# Using the chat interface tutorial.



## glued2it (Nov 24, 2007)

*For all of those who are not familiar with the chat interface.*


In order to join the chat room, You will need to be a registered with Smoking Meat Forums. Register here

In this tutorial we will first learn to navigate through the chat interface.
Then we will learn to do some customizing.
	

	
	
		
		



		
			










*Navigation*



*Joining;*
To join just click the _chat_ at the top right of your page as shown below!



*Image-1*







You will be defaulted into the "Around the smoker" Chat room.
Most members use this room. 
The room may become overcrowded and you may want to create or join another room. 
You may also want to send a private message or view a profile from chat. Here's how!



*Joining different rooms;*


To join a different room click the Grey box with the black up and down arrows to get the drop down menu to select the room you want to join.
(as shown below)



*Image-2*







*Adding rooms;*


To add a room of your own just click the "add" button and you will get the dialog box to add a room.

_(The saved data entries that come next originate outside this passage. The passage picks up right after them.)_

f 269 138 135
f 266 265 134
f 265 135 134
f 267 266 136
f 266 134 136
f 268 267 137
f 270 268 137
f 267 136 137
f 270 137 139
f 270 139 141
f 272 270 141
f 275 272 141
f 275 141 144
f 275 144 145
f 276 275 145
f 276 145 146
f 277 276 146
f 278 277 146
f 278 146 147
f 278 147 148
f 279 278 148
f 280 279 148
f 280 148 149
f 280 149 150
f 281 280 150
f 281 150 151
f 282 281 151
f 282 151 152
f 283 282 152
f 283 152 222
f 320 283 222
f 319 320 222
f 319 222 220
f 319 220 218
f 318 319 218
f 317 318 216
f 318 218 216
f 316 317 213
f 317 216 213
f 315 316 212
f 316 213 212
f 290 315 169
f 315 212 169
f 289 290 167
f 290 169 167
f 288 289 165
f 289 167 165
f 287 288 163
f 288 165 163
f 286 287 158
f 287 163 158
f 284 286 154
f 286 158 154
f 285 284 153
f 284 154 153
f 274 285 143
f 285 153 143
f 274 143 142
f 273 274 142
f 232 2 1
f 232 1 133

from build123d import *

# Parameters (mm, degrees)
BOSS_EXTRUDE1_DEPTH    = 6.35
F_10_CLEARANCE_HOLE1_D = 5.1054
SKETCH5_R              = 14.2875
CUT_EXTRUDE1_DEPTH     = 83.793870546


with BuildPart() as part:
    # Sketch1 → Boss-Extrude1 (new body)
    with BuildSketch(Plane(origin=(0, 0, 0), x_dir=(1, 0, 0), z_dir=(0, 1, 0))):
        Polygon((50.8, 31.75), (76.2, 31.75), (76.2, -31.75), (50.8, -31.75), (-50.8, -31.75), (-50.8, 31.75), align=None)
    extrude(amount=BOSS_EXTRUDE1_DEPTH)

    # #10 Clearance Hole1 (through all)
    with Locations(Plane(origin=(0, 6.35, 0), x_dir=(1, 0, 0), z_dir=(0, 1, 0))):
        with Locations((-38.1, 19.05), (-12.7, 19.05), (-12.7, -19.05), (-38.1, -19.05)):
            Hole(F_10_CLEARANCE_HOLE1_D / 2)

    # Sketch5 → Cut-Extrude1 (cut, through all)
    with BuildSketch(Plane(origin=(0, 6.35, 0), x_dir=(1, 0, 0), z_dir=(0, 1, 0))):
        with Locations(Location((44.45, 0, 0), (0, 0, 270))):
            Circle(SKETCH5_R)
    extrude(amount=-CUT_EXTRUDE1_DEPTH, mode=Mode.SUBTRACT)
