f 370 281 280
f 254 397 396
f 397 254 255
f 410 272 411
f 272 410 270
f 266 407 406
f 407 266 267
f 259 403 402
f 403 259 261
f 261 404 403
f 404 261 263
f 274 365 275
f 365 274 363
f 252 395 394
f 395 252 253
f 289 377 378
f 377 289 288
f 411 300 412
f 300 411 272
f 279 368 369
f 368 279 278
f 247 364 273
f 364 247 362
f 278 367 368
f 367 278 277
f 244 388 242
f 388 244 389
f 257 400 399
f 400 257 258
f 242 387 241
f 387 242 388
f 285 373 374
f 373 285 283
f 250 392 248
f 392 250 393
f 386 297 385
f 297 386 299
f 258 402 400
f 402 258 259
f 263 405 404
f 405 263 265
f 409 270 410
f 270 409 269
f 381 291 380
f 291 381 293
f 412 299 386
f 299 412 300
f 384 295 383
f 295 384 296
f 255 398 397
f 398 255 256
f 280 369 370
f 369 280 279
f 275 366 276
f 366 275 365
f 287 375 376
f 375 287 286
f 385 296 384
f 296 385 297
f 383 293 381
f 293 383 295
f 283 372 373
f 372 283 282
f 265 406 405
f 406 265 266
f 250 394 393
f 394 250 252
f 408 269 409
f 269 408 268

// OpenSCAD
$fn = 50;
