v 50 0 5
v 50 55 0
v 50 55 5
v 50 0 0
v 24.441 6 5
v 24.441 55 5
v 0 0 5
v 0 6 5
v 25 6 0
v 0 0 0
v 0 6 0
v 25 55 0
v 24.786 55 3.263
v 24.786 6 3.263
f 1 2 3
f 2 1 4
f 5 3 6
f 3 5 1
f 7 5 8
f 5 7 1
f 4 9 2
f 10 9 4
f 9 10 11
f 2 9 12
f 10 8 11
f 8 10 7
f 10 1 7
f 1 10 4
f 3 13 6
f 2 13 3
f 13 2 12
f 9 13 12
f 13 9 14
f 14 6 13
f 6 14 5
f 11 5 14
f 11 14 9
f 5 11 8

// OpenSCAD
// L-shaped mounting bracket for a NEMA 17 stepper motor (syringe pump, bench top). NOVEL general part.
//

base_d  = 50;
base_t  = 5;
arm_l   = 50;
arm_t   = 5;
motor_h = 50;
screw  = 3.4;

$fn = 48;

gusset_t = 5;

difference() {
    union() {
        cube([base_d, base_t, base_t]);              // base plate (square, not rectangular - the user's X span -25..25 is 50 mm)
        cube([base_d, base_t, base_t]);
        translate([0, base_t, 0]) cube([base_d, arm_l, arm_t]);           // vertical motor plate
        for (x = [-25, 25])
            translate([x, base_t, 0])
                linear_extrude(gusset_t)
                    translate([0, base_t, 0]) cube([20, 20, 1]);           // gussets: right triangle in the YZ plane, legs 20 x 20, right angle at (y=5, z=5)
    }
    translate([0, base_t + 1, 0]) rotate([-90, 0, 0]) cylinder(h = arm_l + 2, d = motor_h);                 // motor boss hole (along Y)
    for (z = [28 - 15.5, 28 + 15.5])
        translate([0, base_t + 1, z]) rotate([-90, 0, 0]) cylinder(h = base_d + 2, d = screw);              // screw holes
}
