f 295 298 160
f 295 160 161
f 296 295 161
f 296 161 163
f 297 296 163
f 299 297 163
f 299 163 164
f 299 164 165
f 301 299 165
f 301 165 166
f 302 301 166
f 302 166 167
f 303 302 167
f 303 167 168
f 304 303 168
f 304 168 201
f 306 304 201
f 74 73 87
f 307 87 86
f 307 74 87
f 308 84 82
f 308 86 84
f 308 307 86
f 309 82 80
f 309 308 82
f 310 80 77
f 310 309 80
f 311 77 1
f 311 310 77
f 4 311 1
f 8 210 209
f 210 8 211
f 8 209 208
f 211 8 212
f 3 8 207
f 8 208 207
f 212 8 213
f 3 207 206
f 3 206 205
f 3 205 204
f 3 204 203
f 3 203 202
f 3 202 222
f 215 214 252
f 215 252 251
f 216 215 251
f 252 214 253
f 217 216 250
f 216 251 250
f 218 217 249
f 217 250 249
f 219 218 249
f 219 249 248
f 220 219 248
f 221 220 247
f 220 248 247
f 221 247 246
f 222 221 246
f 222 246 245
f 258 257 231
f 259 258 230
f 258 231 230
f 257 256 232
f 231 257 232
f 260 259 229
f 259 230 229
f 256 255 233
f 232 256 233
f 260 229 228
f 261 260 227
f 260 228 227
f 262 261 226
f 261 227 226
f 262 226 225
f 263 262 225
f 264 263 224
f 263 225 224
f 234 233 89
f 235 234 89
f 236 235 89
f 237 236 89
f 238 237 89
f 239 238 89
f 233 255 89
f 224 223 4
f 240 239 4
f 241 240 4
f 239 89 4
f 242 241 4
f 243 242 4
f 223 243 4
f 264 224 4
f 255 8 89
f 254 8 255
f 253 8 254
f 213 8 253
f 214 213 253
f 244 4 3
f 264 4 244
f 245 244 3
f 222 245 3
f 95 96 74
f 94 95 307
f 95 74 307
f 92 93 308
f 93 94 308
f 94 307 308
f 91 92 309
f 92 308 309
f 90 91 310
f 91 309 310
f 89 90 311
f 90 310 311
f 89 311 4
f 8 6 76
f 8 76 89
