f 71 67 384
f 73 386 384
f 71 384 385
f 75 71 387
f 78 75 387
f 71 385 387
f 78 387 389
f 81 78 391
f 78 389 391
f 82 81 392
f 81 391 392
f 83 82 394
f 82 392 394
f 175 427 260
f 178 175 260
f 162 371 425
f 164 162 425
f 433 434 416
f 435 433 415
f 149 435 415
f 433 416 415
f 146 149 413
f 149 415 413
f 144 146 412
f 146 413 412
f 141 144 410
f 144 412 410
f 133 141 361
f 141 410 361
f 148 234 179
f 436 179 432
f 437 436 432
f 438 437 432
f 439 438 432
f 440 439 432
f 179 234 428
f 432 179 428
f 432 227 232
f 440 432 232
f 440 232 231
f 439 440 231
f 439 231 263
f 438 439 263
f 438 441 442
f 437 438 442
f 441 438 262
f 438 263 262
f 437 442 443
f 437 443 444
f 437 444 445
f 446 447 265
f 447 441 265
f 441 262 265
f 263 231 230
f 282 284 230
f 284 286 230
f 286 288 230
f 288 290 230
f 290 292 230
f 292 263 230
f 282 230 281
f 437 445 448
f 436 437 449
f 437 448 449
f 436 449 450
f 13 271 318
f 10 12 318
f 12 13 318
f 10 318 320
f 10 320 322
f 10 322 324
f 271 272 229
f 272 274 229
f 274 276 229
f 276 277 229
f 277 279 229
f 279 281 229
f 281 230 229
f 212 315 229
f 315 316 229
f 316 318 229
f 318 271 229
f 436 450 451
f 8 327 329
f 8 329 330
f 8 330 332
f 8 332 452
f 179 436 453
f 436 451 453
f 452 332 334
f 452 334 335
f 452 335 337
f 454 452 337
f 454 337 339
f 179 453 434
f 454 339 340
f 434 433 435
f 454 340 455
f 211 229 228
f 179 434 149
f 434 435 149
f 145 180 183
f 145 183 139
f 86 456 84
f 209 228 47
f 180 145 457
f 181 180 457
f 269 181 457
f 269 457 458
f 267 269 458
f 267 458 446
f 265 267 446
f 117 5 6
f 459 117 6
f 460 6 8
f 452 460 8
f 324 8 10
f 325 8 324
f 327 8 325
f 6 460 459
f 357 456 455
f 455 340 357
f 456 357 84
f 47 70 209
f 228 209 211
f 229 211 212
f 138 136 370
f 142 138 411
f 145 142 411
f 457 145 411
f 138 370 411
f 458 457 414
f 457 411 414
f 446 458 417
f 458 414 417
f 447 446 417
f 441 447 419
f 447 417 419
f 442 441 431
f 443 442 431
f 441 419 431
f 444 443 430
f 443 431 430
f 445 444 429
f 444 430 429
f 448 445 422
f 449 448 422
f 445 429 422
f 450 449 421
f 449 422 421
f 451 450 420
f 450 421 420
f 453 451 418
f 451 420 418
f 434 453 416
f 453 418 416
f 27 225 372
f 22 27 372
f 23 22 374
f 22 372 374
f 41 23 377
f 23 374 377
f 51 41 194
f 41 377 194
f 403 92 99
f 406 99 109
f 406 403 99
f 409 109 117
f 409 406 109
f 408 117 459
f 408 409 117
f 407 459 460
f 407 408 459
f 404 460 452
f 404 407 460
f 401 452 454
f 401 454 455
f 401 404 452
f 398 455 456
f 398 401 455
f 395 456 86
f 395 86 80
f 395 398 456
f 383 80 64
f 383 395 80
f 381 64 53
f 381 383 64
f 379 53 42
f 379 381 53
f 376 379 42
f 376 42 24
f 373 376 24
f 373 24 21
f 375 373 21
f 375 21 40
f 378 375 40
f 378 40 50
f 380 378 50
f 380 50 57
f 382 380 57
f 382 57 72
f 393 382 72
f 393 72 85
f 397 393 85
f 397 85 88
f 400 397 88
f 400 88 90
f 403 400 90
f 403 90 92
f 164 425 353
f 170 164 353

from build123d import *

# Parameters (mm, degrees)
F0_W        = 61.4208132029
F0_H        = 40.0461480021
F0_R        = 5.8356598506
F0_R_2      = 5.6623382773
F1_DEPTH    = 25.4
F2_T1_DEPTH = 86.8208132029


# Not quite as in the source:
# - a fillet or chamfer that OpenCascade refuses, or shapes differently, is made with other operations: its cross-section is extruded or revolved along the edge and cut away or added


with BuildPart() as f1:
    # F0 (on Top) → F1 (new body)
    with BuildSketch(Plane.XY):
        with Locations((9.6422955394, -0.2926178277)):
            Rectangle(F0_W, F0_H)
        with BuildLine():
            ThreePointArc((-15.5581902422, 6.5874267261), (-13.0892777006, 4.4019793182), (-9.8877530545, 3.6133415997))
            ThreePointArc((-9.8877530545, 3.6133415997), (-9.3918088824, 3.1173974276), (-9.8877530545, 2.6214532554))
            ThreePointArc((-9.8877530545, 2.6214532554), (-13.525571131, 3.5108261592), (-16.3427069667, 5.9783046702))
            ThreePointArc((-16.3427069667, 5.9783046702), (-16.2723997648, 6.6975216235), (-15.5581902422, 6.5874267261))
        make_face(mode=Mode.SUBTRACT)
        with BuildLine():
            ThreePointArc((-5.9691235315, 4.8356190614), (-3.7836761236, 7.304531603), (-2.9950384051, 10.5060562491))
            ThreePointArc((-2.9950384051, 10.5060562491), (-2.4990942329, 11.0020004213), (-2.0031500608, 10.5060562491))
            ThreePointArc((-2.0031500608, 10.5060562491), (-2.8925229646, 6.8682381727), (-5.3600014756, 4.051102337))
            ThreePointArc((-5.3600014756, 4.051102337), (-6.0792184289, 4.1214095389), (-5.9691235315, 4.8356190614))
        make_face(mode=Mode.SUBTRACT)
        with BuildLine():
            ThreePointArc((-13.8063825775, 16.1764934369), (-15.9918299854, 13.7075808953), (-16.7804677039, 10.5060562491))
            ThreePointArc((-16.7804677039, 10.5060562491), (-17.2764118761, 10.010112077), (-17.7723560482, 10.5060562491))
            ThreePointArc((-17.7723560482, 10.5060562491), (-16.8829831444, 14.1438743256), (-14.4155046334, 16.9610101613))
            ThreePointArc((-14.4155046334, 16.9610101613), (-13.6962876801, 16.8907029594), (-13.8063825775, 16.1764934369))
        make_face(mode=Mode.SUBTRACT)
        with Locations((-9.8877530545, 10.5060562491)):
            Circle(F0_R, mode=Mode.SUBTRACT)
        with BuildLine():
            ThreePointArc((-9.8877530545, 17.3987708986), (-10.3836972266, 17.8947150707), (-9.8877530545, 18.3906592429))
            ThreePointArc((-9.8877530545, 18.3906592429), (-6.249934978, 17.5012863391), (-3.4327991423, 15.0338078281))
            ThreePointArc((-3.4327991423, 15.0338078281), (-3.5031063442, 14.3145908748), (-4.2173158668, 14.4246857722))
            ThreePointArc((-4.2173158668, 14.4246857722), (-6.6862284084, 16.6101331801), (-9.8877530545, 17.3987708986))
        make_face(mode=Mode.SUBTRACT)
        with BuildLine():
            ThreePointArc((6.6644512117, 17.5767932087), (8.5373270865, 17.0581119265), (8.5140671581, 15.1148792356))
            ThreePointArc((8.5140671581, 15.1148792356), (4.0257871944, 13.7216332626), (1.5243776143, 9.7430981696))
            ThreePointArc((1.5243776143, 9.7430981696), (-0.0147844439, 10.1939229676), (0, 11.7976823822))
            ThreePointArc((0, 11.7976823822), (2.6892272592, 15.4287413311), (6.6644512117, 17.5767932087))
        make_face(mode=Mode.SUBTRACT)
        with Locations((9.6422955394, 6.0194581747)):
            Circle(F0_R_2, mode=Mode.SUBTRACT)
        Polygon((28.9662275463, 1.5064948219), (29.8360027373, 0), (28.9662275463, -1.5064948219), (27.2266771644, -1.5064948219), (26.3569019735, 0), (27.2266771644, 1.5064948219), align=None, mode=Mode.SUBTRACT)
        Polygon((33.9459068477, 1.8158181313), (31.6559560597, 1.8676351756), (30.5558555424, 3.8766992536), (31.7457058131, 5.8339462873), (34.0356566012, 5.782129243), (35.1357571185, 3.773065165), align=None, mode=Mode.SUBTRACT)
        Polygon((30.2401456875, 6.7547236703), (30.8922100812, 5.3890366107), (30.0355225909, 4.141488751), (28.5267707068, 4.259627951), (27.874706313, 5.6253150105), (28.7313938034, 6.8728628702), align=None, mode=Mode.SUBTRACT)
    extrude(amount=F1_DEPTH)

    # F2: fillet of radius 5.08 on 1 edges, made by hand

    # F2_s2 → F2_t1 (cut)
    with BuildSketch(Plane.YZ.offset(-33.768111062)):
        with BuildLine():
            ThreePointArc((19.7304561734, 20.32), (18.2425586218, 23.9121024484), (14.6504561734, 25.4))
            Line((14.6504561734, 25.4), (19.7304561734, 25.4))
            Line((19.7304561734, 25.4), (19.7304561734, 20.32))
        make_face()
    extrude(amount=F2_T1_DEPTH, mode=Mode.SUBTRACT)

Then type the name you want the room to be called, Then click create
_In this tutorial I'm adding "glued2it's Tutorial"_


If you want your room to be private, You can add a password.




*Image-3*






*Now if you look at the who's on chat , You see the room you created!*



*Image-4*





*Private message and public profile;*

If you like to send a chat PM or see a public profile, Just click the users name.


*Image-5*





*Customizing *

Some members like to customize the color of there text that is displayed to others.

*Changing text color;*


To change the text color, Click the white box with the small down arrow to select a color as shown below.

*Some colors may be difficult to read!!!!!!!!!!*



*Image-6*






When certain text color become difficult to read, You may want to change your background color.


*Changing background colors;*

This will be a 2 step process.

*Step 1:*
To change your background color, first click the options button.


*Image-7*


Then Click the "Main background" box under the the "themes" tab to select a color. (shown below)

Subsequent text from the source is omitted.